James Chek écrit que pour les détenteurs de Bitcoin aux attentes optimistes, la principale source de déception à court terme ne sera probablement pas le niveau du prix, mais la longue attente. Cependant, les risques pesant sur le Bitcoin dans son ensemble ont déjà été considérablement réduits.
Selon l'analyste blockchain James Chek, le Bitcoin présente des signes classiques de stabilisation, confirmés par de nombreux indicateurs, et se négocie à des niveaux qui, historiquement, précèdent une reprise significative. Toutefois, le principal test pour les investisseurs optimistes sur le Bitcoin sera probablement le temps, et non le prix.

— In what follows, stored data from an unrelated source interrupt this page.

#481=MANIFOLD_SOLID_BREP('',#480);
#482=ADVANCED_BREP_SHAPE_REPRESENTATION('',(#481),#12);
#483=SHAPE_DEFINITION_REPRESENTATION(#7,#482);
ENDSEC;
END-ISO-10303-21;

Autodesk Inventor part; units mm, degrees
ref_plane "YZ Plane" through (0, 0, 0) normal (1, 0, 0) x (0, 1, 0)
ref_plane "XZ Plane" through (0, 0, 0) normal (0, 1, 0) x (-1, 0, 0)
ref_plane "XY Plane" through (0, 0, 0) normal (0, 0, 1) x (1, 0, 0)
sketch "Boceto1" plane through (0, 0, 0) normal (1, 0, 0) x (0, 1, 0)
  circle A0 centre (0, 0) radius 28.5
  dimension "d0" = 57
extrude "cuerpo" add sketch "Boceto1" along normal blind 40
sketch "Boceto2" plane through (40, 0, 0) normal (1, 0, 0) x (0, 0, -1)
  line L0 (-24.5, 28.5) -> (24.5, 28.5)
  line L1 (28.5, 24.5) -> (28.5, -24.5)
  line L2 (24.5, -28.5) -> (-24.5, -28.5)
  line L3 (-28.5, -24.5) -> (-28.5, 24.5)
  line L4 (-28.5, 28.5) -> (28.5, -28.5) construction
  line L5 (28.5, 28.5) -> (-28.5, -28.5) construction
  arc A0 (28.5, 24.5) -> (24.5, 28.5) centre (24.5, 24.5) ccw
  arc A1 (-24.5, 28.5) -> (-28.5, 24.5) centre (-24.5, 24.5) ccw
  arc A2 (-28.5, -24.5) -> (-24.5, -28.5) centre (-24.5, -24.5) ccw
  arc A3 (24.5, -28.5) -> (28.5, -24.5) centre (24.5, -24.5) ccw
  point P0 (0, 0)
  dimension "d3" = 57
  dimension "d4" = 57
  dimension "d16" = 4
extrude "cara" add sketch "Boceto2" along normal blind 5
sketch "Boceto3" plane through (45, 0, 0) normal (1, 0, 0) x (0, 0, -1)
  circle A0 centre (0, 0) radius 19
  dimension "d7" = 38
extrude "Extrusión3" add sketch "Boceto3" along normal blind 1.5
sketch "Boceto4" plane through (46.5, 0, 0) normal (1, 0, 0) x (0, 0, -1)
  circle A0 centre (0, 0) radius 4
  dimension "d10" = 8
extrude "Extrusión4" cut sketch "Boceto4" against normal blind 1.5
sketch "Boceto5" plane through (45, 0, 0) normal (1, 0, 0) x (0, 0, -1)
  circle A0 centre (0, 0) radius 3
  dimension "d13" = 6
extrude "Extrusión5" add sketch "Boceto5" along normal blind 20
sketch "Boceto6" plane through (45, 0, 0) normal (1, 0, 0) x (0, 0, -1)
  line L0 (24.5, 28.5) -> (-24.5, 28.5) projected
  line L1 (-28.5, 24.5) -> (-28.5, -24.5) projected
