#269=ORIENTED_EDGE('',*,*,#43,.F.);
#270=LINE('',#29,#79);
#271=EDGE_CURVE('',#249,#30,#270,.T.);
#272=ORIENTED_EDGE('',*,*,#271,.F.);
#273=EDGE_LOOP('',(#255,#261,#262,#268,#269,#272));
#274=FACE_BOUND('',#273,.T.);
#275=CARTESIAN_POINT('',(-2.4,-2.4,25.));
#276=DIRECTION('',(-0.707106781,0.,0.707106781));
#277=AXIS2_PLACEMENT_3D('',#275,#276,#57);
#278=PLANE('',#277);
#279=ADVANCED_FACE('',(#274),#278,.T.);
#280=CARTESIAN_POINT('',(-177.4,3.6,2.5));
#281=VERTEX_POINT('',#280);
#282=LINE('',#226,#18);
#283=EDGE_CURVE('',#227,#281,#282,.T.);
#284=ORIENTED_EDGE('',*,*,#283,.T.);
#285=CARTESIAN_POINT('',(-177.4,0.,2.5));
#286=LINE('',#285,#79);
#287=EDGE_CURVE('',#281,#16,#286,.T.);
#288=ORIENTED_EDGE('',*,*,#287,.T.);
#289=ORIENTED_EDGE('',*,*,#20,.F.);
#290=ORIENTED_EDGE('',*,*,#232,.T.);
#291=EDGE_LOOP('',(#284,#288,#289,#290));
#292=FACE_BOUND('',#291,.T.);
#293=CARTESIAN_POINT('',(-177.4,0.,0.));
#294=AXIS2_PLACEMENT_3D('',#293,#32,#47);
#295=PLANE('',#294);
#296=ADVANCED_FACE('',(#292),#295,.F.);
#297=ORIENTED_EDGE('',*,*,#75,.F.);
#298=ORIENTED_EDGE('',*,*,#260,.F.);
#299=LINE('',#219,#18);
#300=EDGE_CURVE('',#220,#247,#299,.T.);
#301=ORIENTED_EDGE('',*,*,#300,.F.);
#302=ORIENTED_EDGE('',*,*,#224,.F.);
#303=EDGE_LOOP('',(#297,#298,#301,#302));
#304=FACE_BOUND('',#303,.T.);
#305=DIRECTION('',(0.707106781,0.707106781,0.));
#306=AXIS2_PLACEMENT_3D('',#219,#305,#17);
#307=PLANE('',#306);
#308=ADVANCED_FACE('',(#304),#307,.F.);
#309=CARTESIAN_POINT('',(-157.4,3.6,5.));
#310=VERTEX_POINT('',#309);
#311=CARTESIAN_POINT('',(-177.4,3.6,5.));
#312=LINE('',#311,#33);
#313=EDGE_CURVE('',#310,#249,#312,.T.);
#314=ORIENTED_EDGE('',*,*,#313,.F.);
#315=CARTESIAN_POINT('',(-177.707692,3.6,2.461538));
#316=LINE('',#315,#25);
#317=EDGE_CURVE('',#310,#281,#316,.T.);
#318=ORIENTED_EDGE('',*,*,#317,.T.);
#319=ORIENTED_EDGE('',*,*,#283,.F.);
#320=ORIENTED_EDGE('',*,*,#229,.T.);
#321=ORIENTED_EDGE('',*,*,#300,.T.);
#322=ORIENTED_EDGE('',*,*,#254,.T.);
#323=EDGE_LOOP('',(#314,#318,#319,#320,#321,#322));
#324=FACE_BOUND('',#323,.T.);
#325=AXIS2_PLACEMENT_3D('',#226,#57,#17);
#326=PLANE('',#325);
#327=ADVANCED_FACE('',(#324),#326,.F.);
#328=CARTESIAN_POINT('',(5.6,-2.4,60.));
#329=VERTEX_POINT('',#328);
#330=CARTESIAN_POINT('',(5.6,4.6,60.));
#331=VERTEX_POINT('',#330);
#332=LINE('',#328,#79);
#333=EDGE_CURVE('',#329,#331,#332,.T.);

« Tous les schémas de retour à la moyenne, qu’ils soient techniques ou liés à la blockchain, se trouvent actuellement dans leur zone de plancher. Ce schéma se produit généralement après un effondrement brutal des prix, comme on l’a vu en décembre 2018 et en juin 2022 », a écrit Chek mardi matin, alors que le Bitcoin est passé sous la barre des 63 000 $, semblant se diriger vers un test du plus bas du 5 février à 60 000 $.
« Soit le Bitcoin est mort, il ne reviendra pas à sa moyenne et tous vos modèles sont erronés », poursuivit Chek. « Soit vous devriez ignorer les pessimistes… et appliquer calmement une stratégie d'investissement progressif (DCO) pour accumuler des satoshis à partir de maintenant. »
Chek, qui avait judicieusement mis en garde en 2025 contre tout investissement dans des sociétés de trésorerie Bitcoin créées dans le but de reproduire le succès de la stratégie de Michael Saylor, a reconnu aujourd'hui que le prix du Bitcoin pourrait encore chuter. Cependant, le facteur temps reste primordial. Il a rappelé le krach boursier de 2022. Nombreux sont ceux qui se souviennent du prix plancher d'environ 15 600 $ en décembre de cette année-là, mais le point bas avait été atteint six mois plus tôt, aux alentours de 17 600 $. Le marché est resté immobile pendant un certain temps, et la chute brutale des liquidités s'est produite lors de l'effondrement de FTX.
« C’est précisément la situation dans laquelle se situe le Bitcoin, avec des risques minimisés », a conclu Chek. « Si nous n’augmentons pas la part du Bitcoin dans notre portefeuille à ce stade, alors quand ? »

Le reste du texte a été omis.